Three algorithms—Logistic Regression, Random Forest, and XGBoost—are compared. Test set results show that Random Forest and XGBoost have an accuracy rate of approximately 98.5%, significantly better than Logistic Regression's 79%. Tree-based ensemble models are more suitable for capturing non-linear relationships between features; XGBoost has advantages in training speed and memory usage, while Random Forest is slightly more interpretable.

## Input Features and Risk Classification

The input includes 13 clinical parameters (age, gender, chest pain type, resting blood pressure, cholesterol level, fasting blood glucose, etc.), selected based on medical knowledge. The output is divided into three risk levels: low (green), medium (orange), and high (red), and a probability score is provided to show prediction confidence.

## Interpretability and Clinical Application Value

The model enhances transparency through feature importance analysis.
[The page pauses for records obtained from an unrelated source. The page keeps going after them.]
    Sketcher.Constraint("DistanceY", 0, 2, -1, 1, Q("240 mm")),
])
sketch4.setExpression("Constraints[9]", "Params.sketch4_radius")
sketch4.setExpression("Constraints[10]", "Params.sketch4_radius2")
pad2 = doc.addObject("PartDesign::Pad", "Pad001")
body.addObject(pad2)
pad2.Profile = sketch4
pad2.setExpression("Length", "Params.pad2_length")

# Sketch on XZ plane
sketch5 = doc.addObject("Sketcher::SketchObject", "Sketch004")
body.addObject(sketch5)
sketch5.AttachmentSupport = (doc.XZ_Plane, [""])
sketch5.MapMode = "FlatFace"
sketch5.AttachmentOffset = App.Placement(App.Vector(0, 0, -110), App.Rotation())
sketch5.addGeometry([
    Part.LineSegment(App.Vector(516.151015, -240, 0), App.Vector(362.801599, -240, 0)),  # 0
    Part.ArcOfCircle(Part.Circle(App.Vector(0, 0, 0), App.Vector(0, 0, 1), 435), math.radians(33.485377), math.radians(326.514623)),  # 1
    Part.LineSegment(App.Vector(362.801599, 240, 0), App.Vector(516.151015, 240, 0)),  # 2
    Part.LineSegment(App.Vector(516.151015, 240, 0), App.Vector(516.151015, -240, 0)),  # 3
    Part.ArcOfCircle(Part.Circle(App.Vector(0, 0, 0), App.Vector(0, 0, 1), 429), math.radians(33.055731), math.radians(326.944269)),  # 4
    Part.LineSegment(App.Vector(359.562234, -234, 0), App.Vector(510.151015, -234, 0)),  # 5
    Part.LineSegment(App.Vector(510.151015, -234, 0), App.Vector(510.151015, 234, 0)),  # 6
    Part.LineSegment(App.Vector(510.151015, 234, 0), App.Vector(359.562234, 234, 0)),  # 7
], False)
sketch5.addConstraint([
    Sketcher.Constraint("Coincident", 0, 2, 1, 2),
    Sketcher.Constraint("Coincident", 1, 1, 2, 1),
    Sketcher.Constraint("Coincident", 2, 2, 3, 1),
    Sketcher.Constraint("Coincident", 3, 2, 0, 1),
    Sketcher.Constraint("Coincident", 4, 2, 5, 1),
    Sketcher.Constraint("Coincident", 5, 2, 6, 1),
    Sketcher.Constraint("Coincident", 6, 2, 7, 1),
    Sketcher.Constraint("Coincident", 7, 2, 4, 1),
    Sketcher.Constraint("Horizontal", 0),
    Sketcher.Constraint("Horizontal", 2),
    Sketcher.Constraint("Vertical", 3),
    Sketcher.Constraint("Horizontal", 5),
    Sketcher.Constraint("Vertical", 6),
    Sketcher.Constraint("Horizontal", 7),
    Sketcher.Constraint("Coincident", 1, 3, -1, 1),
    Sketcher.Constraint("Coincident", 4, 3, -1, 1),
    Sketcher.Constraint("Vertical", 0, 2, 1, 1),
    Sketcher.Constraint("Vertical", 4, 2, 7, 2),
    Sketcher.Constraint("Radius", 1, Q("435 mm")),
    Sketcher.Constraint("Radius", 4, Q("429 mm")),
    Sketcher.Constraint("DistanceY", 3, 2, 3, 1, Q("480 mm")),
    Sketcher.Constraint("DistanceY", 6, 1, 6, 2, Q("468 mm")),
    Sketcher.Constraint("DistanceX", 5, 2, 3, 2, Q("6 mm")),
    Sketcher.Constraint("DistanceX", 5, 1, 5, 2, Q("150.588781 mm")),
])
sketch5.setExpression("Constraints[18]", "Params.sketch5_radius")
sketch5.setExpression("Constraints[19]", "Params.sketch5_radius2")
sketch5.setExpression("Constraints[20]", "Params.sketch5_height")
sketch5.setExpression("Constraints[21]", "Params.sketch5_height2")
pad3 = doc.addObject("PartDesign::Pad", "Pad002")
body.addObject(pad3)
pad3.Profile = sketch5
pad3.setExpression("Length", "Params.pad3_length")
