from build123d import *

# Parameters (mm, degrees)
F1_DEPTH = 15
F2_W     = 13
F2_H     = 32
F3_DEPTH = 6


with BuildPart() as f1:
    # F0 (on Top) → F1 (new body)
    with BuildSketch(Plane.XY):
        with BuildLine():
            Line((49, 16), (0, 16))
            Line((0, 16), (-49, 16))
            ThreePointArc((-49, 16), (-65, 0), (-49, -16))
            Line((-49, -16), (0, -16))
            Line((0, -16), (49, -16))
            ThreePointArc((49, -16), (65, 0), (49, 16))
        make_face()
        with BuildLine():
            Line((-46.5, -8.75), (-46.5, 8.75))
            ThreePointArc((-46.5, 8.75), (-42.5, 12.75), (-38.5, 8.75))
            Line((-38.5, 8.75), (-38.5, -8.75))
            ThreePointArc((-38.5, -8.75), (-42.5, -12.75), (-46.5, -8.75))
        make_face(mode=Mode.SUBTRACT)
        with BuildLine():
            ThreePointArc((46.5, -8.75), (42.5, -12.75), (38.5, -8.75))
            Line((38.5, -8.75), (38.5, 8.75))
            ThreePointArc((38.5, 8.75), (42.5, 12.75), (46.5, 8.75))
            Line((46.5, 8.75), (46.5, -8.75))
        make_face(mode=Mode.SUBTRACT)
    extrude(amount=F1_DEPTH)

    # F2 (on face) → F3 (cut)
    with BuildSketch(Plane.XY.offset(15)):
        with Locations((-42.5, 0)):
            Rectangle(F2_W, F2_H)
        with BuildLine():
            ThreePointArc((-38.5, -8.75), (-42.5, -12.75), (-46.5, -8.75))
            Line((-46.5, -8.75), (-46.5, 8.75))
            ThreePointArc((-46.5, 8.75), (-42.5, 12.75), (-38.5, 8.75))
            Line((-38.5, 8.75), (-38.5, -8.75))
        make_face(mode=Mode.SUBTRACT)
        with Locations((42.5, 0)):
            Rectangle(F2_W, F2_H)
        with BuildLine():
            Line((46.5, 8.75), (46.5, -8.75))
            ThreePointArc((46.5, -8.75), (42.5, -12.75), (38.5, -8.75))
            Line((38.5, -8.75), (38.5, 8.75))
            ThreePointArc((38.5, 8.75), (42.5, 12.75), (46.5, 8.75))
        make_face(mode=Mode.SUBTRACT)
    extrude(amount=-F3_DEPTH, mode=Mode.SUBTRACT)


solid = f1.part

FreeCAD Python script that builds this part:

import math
import FreeCAD as App
import Part
import Sketcher


def add_polygon(sketch, points):
    """Adds a closed chain of lines whose ends are joined by coincident constraints."""
    first, n = sketch.GeometryCount, len(points)
    for a, b in zip(points, points[1:] + points[:1]):
        sketch.addGeometry(Part.LineSegment(App.Vector(*a, 0), App.Vector(*b, 0)), False)
    for i in range(n):
        sketch.addConstraint(Sketcher.Constraint("Coincident", first + i, 2, first + (i + 1) % n, 1))

doc = App.newDocument("Part")
body = doc.addObject("PartDesign::Body", "Body")

# Sketch on XY plane
sketch1 = body.newObject("Sketcher::SketchObject", "Sketch")
sketch1.AttachmentSupport = (doc.getObject("XY_Plane"), [""])
sketch1.MapMode = "FlatFace"
sketch1.addGeometry([
    Part.LineSegment(App.Vector(49, 16, 0), App.Vector(-49, 16, 0)),  # 0
    Part.ArcOfCircle(Part.Circle(App.Vector(-49, 0, 0), App.Vector(0, 0, 1), 16), math.radians(90), math.radians(270)),  # 1
    Part.LineSegment(App.Vector(-49, -16, 0), App.Vector(49, -16, 0)),  # 2
    Part.ArcOfCircle(Part.Circle(App.Vector(49, 0, 0), App.Vector(0, 0, 1), 16), math.radians(-90), math.radians(90)),  # 3
    Part.ArcOfCircle(Part.Circle(App.Vector(-42.5, -8.75, 0), App.Vector(0, 0, 1), 4), math.radians(180), math.radians(360)),  # 4
    Part.LineSegment(App.Vector(-46.5, -8.75, 0), App.Vector(-46.5, 8.75, 0)),  # 5
    Part.ArcOfCircle(Part.Circle(App.Vector(-42.5, 8.75, 0), App.Vector(0, 0, 1), 4), math.radians(0), math.radians(180)),  # 6
    Part.LineSegment(App.Vector(-38.5, 8.75, 0), App.Vector(-38.5, -8.75, 0)),  # 7
    Part.LineSegment(App.Vector(46.5, 8.75, 0), App.Vector(46.5, -8.75, 0)),  # 8
    Part.ArcOfCircle(Part.Circle(App.Vector(42.5, -8.75, 0), App.Vector(0, 0, 1), 4), math.radians(180), math.radians(360)),  # 9
    Part.LineSegment(App.Vector(38.5, -8.75, 0), App.Vector(38.5, 8.75, 0)),  # 10
    Part.ArcOfCircle(Part.Circle(App.Vector(42.5, 8.75, 0), App.Vector(0, 0, 1), 4), math.radians(0), math.radians(180)),  # 11
], False)
sketch1.addConstraint([
    Sketcher.Constraint("Tangent", 0, 2, 1, 1),
    Sketcher.Constraint("Tangent", 1, 2, 2, 1),
    Sketcher.Constraint("Tangent", 2, 2, 3, 1),
    Sketcher.Constraint("Tangent", 3, 2, 0, 1),
    Sketcher.Constraint("Tangent", 4, 1, 5, 1),
    Sketcher.Constraint("Tangent", 5, 2, 6, 2),
    Sketcher.Constraint("Tangent", 6, 1, 7, 1),
    Sketcher.Constraint("Tangent", 7, 2, 4, 2),
    Sketcher.Constraint("Tangent", 8, 2, 9, 2),
    Sketcher.Constraint("Tangent", 9, 1, 10, 1),
    Sketcher.Constraint("Tangent", 10, 2, 11, 2),
    Sketcher.Constraint("Tangent", 11, 1, 8, 1),
    Sketcher.Constraint("Horizontal", 0),
    Sketcher.Constraint("Horizontal", 2),
    Sketcher.Constraint("Vertical", 5),
    Sketcher.Constraint("Vertical", 7),
    Sketcher.Constraint("Vertical", 8),
    Sketcher.Constraint("Vertical", 10),
    Sketcher.Constraint("Equal", 6, 9),
    Sketcher.Constraint("Symmetric", 1, 3, 3, 3, -1, 1),
    Sketcher.Constraint("Symmetric", 6, 3, 9, 3, -1, 1),
    Sketcher.Constraint("Horizontal", 4, 3, 9, 3),
    Sketcher.Constraint("Horizontal", 6, 3, 11, 3),
    Sketcher.Constraint("Radius", 1, 16.0),
    Sketcher.Constraint("Radius", 4, 4.0),
    Sketcher.Constraint("DistanceX", 0, 2, 0, 1, 98.0),
    Sketcher.Constraint("DistanceY", 5, 1, 5, 2, 17.5),
    Sketcher.Constraint("DistanceX", 4, 3, 9, 3, 85.0),
])
pad1 = body.newObject("PartDesign::Pad", "Pad")
pad1.Profile = sketch1
pad1.Length = 15

# Sketch on XY plane
sketch2 = body.newObject("Sketcher::SketchObject", "Sketch001")
sketch2.AttachmentSupport = (doc.getObject("XY_Plane"), [""])
sketch2.MapMode = "FlatFace"
sketch2.AttachmentOffset = App.Placement(App.Vector(0, 0, 15), App.Rotation())
add_polygon(sketch2, [(-49, 16), (-49, -16), (-36, -16), (-36, 16)])  # lines 0-3
sketch2.addGeometry(Part.LineSegment(App.Vector(-38.5, 8.75, 0), App.Vector(-38.5, -8.75, 0)), False)  # 4
sketch2.addGeometry(Part.ArcOfCircle(Part.Circle(App.Vector(-42.5, -8.75, 0), App.Vector(0, 0, 1), 4), math.radians(180), math.radians(360)), False)  # 5
sketch2.addGeometry(Part.LineSegment(App.Vector(-46.5, -8.75, 0), App.Vector(-46.5, 8.75, 0)), False)  # 6
sketch2.addGeometry(Part.ArcOfCircle(Part.Circle(App.Vector(-42.5, 8.75, 0), App.Vector(0, 0, 1), 4), math.radians(0), math.radians(180)), False)  # 7
add_polygon(sketch2, [(36, 16), (36, -16), (49, -16), (49, 16)])  # lines 8-11
sketch2.addGeometry(Part.ArcOfCircle(Part.Circle(App.Vector(42.5, 8.75, 0), App.Vector(0, 0, 1), 4), math.radians(0), math.radians(180)), False)  # 12
sketch2.addGeometry(Part.LineSegment(App.Vector(46.5, 8.75, 0), App.Vector(46.5, -8.75, 0)), False)  # 13
sketch2.addGeometry(Part.ArcOfCircle(Part.Circle(App.Vector(42.5, -8.75, 0), App.Vector(0, 0, 1), 4), math.radians(180), math.radians(360)), False)  # 14
sketch2.addGeometry(Part.LineSegment(App.Vector(38.5, -8.75, 0), App.Vector(38.5, 8.75, 0)), False)  # 15
sketch2.addConstraint([
    Sketcher.Constraint("Tangent", 4, 2, 5, 2),
    Sketcher.Constraint("Tangent", 5, 1, 6, 1),
    Sketcher.Constraint("Tangent", 6, 2, 7, 2),
    Sketcher.Constraint("Tangent", 7, 1, 4, 1),
    Sketcher.Constraint("Tangent", 12, 1, 13, 1),
    Sketcher.Constraint("Tangent", 13, 2, 14, 2),
    Sketcher.Constraint("Tangent", 14, 1, 15, 1),
    Sketcher.Constraint("Tangent", 15, 2, 12, 2),
    Sketcher.Constraint("Vertical", 0),
    Sketcher.Constraint("Horizontal", 1),
    Sketcher.Constraint("Vertical", 2),
    Sketcher.Constraint("Horizontal", 3),
    Sketcher.Constraint("Vertical", 4),
    Sketcher.Constraint("Vertical", 6),
    Sketcher.Constraint("Vertical", 8),
    Sketcher.Constraint("Horizontal", 9),
    Sketcher.Constraint("Vertical", 10),
    Sketcher.Constraint("Horizontal", 11),
    Sketcher.Constraint("Vertical", 13),
    Sketcher.Constraint("Vertical", 15),
    Sketcher.Constraint("Equal", 7, 12),
    Sketcher.Constraint("Symmetric", 5, 3, 12, 3, -1, 1),
    Sketcher.Constraint("Symmetric", 2, 2, 8, 2, -1, 1),
    Sketcher.Constraint("Symmetric", 0, 2, 10, 2, -1, 1),
    Sketcher.Constraint("Horizontal", 7, 3, 12, 3),
    Sketcher.Constraint("Horizontal", 5, 3, 14, 3),
    Sketcher.Constraint("Horizontal", 1, 2, 8, 2),
    Sketcher.Constraint("Radius", 5, 4.0),
    Sketcher.Constraint("DistanceX", 1, 1, 1, 2, 13.0),
    Sketcher.Constraint("DistanceY", 0, 2, 0, 1, 32.0),
    Sketcher.Constraint("DistanceY", 4, 2, 4, 1, 17.5),
    Sketcher.Constraint("DistanceX", 0, 2, -1, 1, 49.0),
    Sketcher.Constraint("DistanceX", 7, 3, 12, 3, 85.0),
])
pocket1 = body.newObject("PartDesign::Pocket", "Pocket")
pocket1.Profile = sketch2
pocket1.Length = 6

doc.recompute()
Chest pain type, maximum heart rate, and number of colored vessels are the most influential features, which align with medical common sense. Plans are in place to integrate SHAP value calculation to provide individualized explanations, helping doctors understand the reasons behind predictions and supporting human-machine collaborative decision-making.

## Deployment Scenarios and Future Outlook

The project has been deployed to Streamlit Cloud, and users can access it via a browser. Application scenarios include community health centers, physical examination centers, etc. Future plans: integrate SHAP explanations, expand the dataset, add user authentication, migrate to AWS/Azure to support large-scale concurrency, and gradually evolve into a production-level medical auxiliary tool.